Figure 2. Determination of t_on

A, representative MV histogram illustrating the exponential decay in the event population volume (encircled by black ellipse) as window width is increased. B, representative volume versus window width curves generated from data collected with V1 and V3 myosin at 0.010 mM MgATP. To determine average t_on a gallery of MV histograms generated at different time window widths (10, 15, 20, 30, 40, 50, 60, 75, 80, 100, 120, 150, 175 and 200 ms) was created. The number of counts in the event populations of the various MV histograms was recorded. As illustrated in Fig. 2A the volume of counts decays exponentially as time window widths increase. For illustrative purposes, the data were normalized to the maximum number of counts obtained at the 10 ms window width. As with all data, the normalized data were fitted to the equation: V =N t_one^-W/t_on. N is the estimated number of events within the record and W is the window width. The V1 plot (•) was fitted with t_on= 18 ± 0.01 ms (mean ± s.e.) and N = 81± 4, r²= 0.997 whereas the V3 plot (▴) was fitted with t_on= 31 ± 0.01 ms with an N = 320± 13, r²= 0.999. Estimates of N vary with the total record length. The representative V1 and V3 data sets were chosen because their average t_on values were similar to the mean t_on calculated for all V1 and V3 data, respectively, at 0.01 mM MgATP.

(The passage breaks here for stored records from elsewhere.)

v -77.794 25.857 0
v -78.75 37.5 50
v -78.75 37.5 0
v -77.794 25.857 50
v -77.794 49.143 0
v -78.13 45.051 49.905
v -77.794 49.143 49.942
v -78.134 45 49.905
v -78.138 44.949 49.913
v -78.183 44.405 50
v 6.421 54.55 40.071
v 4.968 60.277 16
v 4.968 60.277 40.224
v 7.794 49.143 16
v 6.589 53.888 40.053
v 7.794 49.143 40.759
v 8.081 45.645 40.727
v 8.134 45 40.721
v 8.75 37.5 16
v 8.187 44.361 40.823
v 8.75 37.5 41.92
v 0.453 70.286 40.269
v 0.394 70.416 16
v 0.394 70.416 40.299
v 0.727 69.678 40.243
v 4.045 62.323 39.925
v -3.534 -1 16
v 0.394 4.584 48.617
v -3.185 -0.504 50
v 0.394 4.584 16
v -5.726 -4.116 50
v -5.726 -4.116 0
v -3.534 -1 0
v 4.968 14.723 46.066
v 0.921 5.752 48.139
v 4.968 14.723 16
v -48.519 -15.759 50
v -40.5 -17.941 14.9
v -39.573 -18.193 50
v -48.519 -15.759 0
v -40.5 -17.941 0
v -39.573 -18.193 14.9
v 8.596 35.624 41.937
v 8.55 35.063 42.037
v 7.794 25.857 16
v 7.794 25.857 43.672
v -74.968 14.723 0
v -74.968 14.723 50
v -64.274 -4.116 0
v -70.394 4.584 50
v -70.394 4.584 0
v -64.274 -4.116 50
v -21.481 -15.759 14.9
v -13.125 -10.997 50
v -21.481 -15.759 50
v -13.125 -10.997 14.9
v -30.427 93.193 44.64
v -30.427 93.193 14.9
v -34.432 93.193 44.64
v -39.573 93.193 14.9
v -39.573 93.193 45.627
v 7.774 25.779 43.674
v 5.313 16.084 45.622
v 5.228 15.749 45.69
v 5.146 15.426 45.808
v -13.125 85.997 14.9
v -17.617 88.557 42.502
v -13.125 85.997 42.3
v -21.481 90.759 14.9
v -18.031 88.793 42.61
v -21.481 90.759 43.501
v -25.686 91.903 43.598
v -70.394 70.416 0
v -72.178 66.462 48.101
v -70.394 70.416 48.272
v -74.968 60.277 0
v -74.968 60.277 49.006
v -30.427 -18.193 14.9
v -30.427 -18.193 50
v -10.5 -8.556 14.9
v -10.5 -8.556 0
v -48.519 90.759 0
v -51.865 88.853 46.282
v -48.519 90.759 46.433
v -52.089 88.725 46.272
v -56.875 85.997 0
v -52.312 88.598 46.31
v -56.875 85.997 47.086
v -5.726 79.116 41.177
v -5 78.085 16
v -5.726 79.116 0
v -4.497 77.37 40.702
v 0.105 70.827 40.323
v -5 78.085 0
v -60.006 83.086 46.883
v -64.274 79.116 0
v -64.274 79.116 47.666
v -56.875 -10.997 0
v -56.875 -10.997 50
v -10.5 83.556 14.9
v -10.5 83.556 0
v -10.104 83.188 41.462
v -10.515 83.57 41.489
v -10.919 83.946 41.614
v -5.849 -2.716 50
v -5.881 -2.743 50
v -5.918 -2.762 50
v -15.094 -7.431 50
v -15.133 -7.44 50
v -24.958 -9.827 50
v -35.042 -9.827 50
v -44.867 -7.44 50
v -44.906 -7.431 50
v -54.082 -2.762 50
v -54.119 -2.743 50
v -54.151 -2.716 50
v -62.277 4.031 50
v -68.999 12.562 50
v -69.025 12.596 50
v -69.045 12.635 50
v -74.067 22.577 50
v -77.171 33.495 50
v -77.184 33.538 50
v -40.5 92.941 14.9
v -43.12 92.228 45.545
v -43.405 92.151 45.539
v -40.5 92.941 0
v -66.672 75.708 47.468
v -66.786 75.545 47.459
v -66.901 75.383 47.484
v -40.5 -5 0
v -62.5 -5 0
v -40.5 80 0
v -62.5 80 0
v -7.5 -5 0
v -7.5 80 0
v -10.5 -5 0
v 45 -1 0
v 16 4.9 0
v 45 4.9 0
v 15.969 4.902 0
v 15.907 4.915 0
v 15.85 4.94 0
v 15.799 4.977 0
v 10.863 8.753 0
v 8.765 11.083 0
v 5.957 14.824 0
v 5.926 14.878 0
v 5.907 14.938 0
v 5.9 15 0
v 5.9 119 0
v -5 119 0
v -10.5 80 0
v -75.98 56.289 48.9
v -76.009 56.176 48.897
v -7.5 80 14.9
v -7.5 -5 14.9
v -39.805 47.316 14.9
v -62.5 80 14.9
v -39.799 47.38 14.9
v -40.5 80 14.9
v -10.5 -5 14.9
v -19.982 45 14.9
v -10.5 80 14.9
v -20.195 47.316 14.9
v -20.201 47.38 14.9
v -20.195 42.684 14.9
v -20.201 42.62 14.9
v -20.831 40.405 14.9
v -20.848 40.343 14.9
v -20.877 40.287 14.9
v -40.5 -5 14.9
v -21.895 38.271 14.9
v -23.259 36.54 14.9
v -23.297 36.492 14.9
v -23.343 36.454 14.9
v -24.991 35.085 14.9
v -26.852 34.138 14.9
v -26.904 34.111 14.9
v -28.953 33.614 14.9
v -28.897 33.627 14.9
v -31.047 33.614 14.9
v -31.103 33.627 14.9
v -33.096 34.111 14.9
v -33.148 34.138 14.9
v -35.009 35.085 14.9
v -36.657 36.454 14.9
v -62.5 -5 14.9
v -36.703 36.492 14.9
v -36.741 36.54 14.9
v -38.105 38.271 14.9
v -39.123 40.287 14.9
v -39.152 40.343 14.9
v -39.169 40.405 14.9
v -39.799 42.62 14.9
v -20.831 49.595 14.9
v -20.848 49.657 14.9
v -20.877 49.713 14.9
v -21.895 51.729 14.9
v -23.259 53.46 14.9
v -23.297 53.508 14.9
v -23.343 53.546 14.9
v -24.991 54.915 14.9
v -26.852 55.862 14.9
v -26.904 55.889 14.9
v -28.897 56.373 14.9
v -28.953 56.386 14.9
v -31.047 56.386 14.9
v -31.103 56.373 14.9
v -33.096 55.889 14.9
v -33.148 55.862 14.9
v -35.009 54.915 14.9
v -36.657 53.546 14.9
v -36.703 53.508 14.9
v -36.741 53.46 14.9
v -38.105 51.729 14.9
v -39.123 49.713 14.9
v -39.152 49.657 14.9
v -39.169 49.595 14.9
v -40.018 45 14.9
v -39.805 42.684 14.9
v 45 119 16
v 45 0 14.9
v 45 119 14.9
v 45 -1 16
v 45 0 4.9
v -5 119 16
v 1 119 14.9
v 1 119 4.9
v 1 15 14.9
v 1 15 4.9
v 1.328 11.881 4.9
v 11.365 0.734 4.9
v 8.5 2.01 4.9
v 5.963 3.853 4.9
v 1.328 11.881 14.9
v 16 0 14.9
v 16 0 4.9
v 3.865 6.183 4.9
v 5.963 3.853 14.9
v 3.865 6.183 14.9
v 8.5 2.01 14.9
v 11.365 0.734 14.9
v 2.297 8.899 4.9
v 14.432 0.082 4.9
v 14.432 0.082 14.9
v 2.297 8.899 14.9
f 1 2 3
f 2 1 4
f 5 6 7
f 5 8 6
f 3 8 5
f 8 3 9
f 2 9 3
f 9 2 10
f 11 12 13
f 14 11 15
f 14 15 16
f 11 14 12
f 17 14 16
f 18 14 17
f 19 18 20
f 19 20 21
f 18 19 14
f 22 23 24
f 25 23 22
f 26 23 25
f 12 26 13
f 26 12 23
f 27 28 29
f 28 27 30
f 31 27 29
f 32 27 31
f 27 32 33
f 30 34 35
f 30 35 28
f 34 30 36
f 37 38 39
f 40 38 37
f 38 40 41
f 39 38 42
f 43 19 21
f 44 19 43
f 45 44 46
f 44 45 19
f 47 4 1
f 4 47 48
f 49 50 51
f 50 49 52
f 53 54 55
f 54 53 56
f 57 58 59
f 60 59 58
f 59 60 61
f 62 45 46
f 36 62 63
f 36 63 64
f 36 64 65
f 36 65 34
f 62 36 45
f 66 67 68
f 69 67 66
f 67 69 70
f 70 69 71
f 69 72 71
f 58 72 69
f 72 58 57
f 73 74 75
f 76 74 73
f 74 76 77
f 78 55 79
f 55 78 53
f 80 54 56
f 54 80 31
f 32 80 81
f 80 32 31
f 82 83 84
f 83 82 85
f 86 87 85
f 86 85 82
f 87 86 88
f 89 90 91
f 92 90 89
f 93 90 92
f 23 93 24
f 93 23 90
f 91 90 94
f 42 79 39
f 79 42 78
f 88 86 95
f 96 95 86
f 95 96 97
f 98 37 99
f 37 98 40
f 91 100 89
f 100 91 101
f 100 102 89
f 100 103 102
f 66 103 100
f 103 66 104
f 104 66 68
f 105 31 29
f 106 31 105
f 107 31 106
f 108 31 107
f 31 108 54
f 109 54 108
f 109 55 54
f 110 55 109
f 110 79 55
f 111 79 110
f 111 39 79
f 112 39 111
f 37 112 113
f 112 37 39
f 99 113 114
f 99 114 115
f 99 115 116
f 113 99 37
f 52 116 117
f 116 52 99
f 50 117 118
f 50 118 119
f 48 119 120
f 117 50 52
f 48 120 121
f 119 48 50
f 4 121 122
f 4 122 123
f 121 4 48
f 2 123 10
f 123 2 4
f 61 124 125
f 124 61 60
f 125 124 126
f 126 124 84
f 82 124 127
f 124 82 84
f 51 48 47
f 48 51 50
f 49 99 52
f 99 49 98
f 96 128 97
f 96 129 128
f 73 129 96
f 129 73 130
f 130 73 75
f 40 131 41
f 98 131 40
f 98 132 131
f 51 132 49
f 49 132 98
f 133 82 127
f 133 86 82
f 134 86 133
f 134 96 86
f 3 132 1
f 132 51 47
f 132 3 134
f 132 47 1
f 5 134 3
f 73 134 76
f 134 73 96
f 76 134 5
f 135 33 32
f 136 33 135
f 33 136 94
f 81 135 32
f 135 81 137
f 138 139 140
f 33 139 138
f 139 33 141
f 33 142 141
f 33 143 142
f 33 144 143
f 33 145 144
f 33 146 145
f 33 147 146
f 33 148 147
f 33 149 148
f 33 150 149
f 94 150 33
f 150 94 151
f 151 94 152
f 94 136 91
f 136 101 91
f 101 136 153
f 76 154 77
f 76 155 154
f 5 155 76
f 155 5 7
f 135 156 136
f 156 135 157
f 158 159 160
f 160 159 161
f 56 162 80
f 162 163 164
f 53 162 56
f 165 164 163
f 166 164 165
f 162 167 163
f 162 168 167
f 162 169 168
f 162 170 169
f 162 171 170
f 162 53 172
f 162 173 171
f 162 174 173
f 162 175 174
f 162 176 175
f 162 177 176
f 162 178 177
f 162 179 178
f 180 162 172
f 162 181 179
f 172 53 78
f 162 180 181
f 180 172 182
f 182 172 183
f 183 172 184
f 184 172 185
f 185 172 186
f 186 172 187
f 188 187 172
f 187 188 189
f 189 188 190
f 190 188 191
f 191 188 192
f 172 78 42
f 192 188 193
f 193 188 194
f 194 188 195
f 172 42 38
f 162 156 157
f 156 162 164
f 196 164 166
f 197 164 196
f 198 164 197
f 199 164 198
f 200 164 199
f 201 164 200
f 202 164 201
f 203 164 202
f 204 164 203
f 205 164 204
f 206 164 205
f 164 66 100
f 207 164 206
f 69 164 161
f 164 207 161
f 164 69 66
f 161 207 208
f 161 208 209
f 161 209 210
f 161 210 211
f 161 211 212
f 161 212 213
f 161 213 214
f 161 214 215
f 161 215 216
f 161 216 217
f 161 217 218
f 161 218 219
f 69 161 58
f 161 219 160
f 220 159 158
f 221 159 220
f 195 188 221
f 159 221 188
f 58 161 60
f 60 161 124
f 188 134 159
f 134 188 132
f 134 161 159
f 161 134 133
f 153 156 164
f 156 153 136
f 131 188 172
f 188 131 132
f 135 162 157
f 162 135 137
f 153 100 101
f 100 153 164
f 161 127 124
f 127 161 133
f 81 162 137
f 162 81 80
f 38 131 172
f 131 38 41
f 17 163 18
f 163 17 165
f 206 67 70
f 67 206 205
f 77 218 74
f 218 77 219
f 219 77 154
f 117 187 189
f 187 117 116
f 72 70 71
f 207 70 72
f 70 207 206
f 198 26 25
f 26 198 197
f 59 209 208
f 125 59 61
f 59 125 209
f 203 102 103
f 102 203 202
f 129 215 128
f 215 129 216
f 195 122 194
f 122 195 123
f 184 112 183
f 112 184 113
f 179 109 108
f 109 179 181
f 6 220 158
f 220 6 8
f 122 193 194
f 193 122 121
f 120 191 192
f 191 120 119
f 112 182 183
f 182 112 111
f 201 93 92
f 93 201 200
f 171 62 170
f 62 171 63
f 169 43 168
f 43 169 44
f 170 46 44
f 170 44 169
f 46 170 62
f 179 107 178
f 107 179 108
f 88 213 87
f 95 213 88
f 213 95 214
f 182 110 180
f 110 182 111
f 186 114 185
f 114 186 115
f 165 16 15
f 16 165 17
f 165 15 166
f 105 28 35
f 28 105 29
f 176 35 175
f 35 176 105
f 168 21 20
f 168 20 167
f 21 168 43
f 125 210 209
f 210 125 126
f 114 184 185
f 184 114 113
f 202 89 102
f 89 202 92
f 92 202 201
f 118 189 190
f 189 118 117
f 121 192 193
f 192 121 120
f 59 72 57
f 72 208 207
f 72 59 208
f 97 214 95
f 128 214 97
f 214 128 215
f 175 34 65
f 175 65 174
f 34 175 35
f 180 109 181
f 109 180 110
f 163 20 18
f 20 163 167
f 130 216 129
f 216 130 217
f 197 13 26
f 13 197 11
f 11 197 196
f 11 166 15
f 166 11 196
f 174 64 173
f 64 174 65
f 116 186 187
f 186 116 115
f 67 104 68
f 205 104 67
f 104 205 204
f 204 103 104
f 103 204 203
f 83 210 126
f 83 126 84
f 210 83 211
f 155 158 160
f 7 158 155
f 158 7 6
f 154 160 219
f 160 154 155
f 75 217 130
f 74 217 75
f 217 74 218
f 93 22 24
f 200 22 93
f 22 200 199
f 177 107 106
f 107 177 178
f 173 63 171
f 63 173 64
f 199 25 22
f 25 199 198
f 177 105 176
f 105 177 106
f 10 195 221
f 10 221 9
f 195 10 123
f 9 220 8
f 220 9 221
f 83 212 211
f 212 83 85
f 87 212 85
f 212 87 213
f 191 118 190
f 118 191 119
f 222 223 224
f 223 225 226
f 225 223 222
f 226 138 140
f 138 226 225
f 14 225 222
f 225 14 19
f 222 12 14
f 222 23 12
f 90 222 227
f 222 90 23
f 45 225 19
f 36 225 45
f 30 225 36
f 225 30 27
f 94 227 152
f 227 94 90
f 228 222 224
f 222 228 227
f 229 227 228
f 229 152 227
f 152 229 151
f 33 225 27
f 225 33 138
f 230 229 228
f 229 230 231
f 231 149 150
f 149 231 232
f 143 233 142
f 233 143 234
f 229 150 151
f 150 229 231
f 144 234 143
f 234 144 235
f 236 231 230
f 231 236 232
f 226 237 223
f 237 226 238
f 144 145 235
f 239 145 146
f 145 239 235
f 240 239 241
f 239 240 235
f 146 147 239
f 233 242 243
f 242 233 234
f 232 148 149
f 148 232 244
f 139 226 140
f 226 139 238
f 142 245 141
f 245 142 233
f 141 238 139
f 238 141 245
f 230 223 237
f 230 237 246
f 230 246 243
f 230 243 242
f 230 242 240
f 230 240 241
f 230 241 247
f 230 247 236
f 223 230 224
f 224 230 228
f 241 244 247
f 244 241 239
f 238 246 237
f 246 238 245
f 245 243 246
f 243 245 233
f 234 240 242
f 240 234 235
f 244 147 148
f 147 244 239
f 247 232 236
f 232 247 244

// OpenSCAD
// computer corner stand in
/*hull()
{
translate([10,0,5])
{
	union()
	{
		translate([10,10,0])
			cube(size=[90,90,10]);
		translate([15,15,0])
			cylinder(r=15,h=10);
		translate([15,0,0])
			cube(size=[85,15,10]);
		translate([0,15,0])
			cube(size=[15,85,10]);
	}
}
color([1,0,0]) translate([10,0,0])
{
	union()
	{
		translate([15,15,0])
			cube(size=[85,85,5]);
		translate([20,20,0])
			cylinder(r=15,h=5);
		translate([15,5,0])
			cube(size=[85,15,5]);
		translate([5,15,0])
			cube(size=[15,85,5]);
	}
}
}*/
//breadboard: 85x55x10mm
//translate([-62.5,10,0])
//	color([0.8,0.8,0.8]) cube(size=[55,85,10]);

// ergo stand
// built for a mac book pro
// holds a breadboard with potentiometer control
difference()
{
	union()
	{
		translate([0,-15,0])
			difference()
			{
				difference()
				{
					translate([-35,52.5,0])
						scale([1.25,1.6,1])
							color ([0,0,1]) cylinder(r=35,h=50);
					translate([-62.5,10,-0.1])
						color([0.8,0.8,0.8]) cube(size=[55,85,15]);
					translate([-40.5,94,-0.1])
						color([0.5,0.5,0.5]) cube(size=[30,20,15]);
					translate([-40.5,-9,-0.1])
						color([0.5,0.5,0.5]) cube(size=[30,20,15]);
				}
				translate([-30,60,14.7])
					scale([1.4,1.6,1])
						color ([0,1,0]) cylinder(r1=7,r2=35,h=36);
			}
			translate([-5,-1,0])
				color ([1,0,0]) cube(size=[50,120,16]);
	}

	hull()
	{
		translate([1,0,4.9])
		{
			union()
			{
				translate([10,10,0])
					cube(size=[90,110,10]);
				translate([15,15,0])
					cylinder(r=15,h=10);
				translate([15,0,0])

Figure 3. Representative displacement time-series data traces (5 s) obtained with V1 cardiac myosin at various MgATP concentrations

Arrows bracket discrete unitary displacement events (at 1 mM MgATP one arrow identifies each event). As shown there are obvious differences in the durations of unitary events at different MgATP concentrations. At 1 mM MgATP events become too fast to visually identify and thus the MV analysis becomes essential for estimating d and t_on. The estimated d and t_on for the V1 and V3 myosin for each [MgATP] range are given in Table 1.

Figure 4. Kinetic model to account for functional diversity between cardiac myosin isoforms

A, kinetic model of t_on. The duration of strong actin-myosin (AM) binding can be modelled as two discrete kinetic steps, t_-ADP and t_+ATP, which correspond to biochemical transitions in the cross-bridge cycle. At physiological MgATP concentrations t_on will be predominantly determined by t_-ADP, which is related to the rate of ADP release from the active site. Thus the rigor, AM state, will be very short lived. However, as MgATP concentrations decrease, more of the total t_on duration will be accounted for by the time spent waiting for ATP rebinding (t_+ATP) and the rigor AM state is prolonged. B, relationship between t_on and [MgATP]. V1 (•) and V3 (▴) t_on data are expressed as the mean ±s.e.m. at the indicated [MgATP] (see Table 1). t_onversus[MgATP] data were fitted by least squares regression analysis using TableCurve 2D software (SPSS Inc., Chicago, IL, USA) to eqn (2) as described in the text.